Diana drew a quick breath, then said, "Enoch, I cannot submit tamely to such a decision. I have a friend in Boston who is one of the great psycho-analysts of the country. When I return to Washington in the spring I shall go to see him."
"God! Shall I never be able to bury Minetta Lane?" cried Enoch.
"Not until you dig the grave yourself, my dear! Yours has been a case for a mind specialist, all these years, not a detective. I, for one, refuse to let Minetta Lane ha
g ride me if it is possible to escape it." Suddenly she smiled again. "I'll admit I'm not at all Victorian in my attitude."
"You couldn't be anything that was not fine," returned Enoch sadly. "But I cannot bear to have you buoy yourself with false hopes."

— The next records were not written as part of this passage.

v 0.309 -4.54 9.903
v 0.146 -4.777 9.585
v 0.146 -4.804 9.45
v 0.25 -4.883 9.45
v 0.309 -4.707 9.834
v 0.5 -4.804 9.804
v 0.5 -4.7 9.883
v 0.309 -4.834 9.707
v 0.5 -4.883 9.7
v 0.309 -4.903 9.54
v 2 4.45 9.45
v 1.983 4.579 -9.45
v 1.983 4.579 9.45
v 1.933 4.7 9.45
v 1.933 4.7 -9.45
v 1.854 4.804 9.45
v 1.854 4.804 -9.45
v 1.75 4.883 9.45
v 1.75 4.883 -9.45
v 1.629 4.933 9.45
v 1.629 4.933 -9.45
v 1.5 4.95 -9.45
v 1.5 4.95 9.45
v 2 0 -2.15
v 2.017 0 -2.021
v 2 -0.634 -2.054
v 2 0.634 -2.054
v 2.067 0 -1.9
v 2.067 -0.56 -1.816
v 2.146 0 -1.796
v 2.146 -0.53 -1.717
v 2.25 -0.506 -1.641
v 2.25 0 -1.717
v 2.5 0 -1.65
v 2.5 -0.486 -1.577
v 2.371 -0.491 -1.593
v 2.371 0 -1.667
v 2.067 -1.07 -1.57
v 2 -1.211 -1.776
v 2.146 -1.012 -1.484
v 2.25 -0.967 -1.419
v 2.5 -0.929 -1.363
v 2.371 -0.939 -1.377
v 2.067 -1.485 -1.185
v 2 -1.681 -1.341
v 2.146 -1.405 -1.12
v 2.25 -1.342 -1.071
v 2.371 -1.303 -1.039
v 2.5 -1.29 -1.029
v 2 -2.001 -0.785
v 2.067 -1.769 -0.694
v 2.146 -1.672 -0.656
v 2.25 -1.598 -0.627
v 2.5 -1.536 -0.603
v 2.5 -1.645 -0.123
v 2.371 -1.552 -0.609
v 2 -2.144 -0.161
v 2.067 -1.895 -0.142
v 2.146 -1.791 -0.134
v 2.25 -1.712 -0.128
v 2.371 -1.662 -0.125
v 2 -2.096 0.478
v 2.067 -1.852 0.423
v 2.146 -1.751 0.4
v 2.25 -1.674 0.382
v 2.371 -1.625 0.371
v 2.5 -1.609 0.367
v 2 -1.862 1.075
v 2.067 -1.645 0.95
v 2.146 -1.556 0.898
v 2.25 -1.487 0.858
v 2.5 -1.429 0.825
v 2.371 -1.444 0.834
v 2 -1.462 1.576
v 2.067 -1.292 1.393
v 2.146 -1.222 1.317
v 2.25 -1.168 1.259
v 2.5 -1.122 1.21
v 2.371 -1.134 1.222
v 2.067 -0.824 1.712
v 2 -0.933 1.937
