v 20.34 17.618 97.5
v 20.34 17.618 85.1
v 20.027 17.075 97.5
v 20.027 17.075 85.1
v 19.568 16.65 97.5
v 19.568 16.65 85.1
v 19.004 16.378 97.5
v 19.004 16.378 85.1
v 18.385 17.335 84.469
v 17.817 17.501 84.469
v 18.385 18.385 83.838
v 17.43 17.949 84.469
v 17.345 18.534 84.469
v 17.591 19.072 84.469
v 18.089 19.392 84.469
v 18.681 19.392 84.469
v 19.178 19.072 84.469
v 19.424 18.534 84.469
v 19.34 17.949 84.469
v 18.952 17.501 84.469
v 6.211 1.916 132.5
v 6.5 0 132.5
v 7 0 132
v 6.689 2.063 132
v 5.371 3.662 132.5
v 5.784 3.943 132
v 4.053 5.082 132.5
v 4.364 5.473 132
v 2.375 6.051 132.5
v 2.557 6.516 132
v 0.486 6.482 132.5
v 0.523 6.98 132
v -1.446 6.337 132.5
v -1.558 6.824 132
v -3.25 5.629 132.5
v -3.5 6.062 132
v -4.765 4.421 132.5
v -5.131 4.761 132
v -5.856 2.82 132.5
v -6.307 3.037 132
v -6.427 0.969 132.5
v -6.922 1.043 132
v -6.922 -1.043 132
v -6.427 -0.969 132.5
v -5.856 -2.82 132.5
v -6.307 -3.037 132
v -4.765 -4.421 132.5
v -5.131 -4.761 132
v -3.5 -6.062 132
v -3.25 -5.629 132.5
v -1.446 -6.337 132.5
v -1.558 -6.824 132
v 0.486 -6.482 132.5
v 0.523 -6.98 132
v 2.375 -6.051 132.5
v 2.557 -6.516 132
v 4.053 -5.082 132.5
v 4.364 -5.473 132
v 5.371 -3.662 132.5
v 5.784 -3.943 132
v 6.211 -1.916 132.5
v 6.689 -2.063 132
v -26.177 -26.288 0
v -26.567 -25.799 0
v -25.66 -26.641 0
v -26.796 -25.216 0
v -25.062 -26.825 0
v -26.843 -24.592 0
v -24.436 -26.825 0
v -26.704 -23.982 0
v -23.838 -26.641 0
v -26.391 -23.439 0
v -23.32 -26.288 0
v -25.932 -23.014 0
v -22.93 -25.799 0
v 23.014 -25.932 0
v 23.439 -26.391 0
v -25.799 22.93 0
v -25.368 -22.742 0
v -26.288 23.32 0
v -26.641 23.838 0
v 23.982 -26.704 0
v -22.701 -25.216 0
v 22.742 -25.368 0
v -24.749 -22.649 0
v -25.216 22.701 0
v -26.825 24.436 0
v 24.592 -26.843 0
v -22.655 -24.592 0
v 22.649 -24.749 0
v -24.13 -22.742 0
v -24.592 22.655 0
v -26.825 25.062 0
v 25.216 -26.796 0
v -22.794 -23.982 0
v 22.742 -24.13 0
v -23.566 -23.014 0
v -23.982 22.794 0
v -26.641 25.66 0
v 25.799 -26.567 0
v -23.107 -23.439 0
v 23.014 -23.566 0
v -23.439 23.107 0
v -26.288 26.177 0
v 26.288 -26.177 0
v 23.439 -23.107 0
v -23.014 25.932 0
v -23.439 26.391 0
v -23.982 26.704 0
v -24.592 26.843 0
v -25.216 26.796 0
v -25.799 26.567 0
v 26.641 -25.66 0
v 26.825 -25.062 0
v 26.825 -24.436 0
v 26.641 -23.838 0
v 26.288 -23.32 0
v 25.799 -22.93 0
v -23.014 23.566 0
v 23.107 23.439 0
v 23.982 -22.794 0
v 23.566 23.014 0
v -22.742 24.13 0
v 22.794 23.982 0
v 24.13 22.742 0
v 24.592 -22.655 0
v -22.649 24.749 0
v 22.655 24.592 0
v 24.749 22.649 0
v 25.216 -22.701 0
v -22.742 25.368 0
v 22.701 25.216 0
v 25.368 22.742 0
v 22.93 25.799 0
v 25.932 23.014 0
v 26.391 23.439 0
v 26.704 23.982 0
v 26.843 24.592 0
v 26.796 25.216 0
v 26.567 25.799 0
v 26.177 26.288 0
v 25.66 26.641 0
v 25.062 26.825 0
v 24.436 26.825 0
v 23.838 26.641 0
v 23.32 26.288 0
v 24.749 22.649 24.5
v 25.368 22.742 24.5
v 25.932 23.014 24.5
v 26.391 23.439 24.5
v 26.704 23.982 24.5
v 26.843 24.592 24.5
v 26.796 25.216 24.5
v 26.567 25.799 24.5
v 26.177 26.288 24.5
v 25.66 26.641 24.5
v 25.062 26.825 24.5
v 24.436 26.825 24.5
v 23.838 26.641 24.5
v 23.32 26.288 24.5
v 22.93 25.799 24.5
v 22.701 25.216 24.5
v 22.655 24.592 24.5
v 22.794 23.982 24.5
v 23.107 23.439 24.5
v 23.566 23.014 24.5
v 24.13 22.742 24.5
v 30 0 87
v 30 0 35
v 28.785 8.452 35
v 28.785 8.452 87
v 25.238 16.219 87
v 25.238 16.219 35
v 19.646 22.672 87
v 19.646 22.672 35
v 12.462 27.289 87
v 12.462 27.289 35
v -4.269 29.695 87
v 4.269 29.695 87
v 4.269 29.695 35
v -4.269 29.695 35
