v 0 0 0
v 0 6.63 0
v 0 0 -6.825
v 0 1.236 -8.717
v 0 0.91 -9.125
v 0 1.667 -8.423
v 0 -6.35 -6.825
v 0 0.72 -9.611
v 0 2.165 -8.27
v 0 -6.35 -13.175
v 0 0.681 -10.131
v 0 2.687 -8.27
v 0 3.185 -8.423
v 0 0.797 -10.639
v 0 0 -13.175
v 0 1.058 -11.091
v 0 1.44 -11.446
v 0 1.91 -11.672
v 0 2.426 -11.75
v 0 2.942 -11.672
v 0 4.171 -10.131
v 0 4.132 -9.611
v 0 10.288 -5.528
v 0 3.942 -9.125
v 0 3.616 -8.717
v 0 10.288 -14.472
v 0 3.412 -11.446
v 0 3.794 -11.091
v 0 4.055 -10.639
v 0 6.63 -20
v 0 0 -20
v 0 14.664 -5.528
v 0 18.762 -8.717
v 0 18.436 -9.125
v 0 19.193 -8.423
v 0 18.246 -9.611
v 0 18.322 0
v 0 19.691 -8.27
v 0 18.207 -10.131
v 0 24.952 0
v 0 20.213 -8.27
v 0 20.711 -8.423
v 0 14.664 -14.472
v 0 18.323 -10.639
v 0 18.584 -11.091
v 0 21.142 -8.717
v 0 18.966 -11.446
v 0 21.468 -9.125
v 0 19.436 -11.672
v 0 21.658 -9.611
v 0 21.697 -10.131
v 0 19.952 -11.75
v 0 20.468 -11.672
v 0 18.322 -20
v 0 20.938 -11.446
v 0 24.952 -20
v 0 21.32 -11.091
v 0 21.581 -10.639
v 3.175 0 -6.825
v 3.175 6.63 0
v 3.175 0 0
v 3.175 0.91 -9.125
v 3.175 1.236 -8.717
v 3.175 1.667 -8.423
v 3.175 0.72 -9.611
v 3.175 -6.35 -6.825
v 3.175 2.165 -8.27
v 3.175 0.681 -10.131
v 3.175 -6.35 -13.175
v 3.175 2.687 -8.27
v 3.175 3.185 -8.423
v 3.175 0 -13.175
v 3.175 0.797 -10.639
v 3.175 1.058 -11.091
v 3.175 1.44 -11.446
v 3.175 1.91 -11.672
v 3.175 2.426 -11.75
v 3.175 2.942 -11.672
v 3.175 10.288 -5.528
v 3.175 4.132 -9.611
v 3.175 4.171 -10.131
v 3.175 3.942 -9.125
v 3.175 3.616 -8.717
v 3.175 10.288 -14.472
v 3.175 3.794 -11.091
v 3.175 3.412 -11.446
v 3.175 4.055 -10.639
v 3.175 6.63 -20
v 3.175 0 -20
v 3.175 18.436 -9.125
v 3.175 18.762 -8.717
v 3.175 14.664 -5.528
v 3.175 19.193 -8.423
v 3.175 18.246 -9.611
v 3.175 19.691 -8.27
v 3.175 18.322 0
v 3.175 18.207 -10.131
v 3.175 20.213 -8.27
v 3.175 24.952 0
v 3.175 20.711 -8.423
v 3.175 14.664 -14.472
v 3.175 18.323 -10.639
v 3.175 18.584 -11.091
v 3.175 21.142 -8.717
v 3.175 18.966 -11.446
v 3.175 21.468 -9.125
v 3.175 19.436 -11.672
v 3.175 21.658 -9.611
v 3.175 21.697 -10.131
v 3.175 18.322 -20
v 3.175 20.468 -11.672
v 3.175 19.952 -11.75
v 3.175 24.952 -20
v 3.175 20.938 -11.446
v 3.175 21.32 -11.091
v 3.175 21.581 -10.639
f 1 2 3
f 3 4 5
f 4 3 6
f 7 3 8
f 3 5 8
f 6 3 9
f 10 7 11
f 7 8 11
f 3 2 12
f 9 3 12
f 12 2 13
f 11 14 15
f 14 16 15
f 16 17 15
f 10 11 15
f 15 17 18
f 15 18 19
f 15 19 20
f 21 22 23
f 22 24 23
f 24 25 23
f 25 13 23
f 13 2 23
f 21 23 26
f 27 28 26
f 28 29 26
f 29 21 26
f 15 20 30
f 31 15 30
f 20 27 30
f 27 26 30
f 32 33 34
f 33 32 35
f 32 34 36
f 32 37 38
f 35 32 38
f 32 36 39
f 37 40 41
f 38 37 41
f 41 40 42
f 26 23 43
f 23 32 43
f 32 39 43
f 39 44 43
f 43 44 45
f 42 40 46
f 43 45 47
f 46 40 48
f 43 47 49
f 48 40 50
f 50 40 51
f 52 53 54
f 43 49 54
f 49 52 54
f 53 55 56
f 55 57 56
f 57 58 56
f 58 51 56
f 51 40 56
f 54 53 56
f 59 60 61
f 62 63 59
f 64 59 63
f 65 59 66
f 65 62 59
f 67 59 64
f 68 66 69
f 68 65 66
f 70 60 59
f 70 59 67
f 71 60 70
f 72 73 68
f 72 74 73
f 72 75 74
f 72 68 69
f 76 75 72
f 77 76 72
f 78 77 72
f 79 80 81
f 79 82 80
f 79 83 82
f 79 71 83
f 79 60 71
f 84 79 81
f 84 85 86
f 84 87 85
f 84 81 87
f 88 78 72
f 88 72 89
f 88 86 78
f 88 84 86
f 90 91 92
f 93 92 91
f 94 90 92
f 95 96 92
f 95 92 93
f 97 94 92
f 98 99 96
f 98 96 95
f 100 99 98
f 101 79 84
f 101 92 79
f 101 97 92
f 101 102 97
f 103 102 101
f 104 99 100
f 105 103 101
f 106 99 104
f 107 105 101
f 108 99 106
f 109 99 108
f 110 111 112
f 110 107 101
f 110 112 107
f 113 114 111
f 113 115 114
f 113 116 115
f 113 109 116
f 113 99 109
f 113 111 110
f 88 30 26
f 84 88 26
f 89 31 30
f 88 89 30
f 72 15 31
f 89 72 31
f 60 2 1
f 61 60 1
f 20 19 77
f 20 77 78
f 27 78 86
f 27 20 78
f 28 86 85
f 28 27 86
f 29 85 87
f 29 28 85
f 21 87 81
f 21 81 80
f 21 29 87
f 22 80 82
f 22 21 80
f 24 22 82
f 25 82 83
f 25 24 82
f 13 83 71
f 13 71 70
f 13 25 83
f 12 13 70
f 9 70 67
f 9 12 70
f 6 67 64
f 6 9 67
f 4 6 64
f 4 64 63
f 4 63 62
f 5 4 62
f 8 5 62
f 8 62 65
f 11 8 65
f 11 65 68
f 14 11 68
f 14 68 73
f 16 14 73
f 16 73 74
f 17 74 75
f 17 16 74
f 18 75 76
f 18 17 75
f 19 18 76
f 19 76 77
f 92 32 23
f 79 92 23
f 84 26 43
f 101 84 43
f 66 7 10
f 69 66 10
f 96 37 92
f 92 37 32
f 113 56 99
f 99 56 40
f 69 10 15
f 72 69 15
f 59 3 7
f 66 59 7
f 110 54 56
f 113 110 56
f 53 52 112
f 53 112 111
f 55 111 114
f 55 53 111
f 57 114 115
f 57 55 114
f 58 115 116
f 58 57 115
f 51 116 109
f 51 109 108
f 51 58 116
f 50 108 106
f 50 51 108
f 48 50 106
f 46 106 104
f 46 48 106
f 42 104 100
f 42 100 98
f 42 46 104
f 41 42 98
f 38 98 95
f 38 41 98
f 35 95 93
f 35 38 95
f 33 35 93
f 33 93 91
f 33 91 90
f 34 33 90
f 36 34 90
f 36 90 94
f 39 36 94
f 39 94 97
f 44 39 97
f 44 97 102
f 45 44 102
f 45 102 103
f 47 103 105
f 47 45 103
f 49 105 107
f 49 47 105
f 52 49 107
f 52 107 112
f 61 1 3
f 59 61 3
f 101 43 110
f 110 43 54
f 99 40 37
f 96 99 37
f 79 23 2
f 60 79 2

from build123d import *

# Parameters (mm, degrees)
SKETCH1_R           = 1.75
BOSS_EXTRUDE1_DEPTH = 3.175


with BuildPart() as part:
    # Sketch1 → Boss-Extrude1 (new body)
    with BuildSketch(Plane(origin=(0, 0, 0), x_dir=(0, 0, -1), z_dir=(1, 0, 0))):
        Polygon((0, 0), (6.825, 0), (6.825, -6.35), (13.175, -6.35), (13.175, 0), (20, 0), (20, 6.629574014), (14.471500996, 10.288392178), (14.471500996, 14.663602622), (20, 18.322420786), (20, 24.9519948), (0, 24.9519948), (0, 18.322420786), (5.528499004, 14.663602622), (5.528499004, 10.288392178), (0, 6.629574014), align=None)
        with Locations((10, 19.9519948)):
            Circle(SKETCH1_R, mode=Mode.SUBTRACT)
        with Locations((10, 2.4259948)):
            Circle(SKETCH1_R, mode=Mode.SUBTRACT)
    extrude(amount=BOSS_EXTRUDE1_DEPTH)


solid = part.part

"A drowning woman grasps at straws, I suppose," said Diana, a little brokenly. "Good night, my dearest," and Diana went into the tent, leaving Enoch to ponder heavily over the fire until the cold drove him to his blankets.
Breaking camp the next morning was dreary and arduous enough. Snow was still falling, the mules were recalcitrant and a bitter wind had piled drifts in every direction. The four travelers were in a subdued mood, although Enoch heartened himself considerably by urging Diana to remember that they had still to look forward to the trip down Bright Angel.
They floundered through the snow for two heavy hours before Diana looked back at Enoch to say,
"We're only a mile from the cabin now, Enoch!"
"Only a mile!" exclaimed Enoch. "Diana, I wonder what your father will say when he sees me!"
"He thinks you are two thousand miles from here!" laughed Diana. "We'll see what he will say."
"And so," murmured Enoch to himself, "any perfect journey is ended."
* * *
BOOK IV
THE PHANTASM DESTROYED
CHAPTER XV
THE FIRING LINE AGAIN
"When I shall have given you up, Diana, I shall love my own solitude as never before. For you will dwell there and he who has lovely thoughts is never lonely."--_Enoch's Diary_.
The cabin was built of cedar logs. Frank had added to it as necessity arose or his means permitted, and it sprawled pleasantly under the pines, as if it belonged there and enjoyed being there. Na-che gave her peculiar, far-carrying call, some moments before the cabin came into view, and when the little cavalcade jingled up to the door, it was wide open, a ruddy faced, white-haired man standing before it.
"Hello, Diana!" he shouted. "Where in seven thunders have you been! You're a week late!"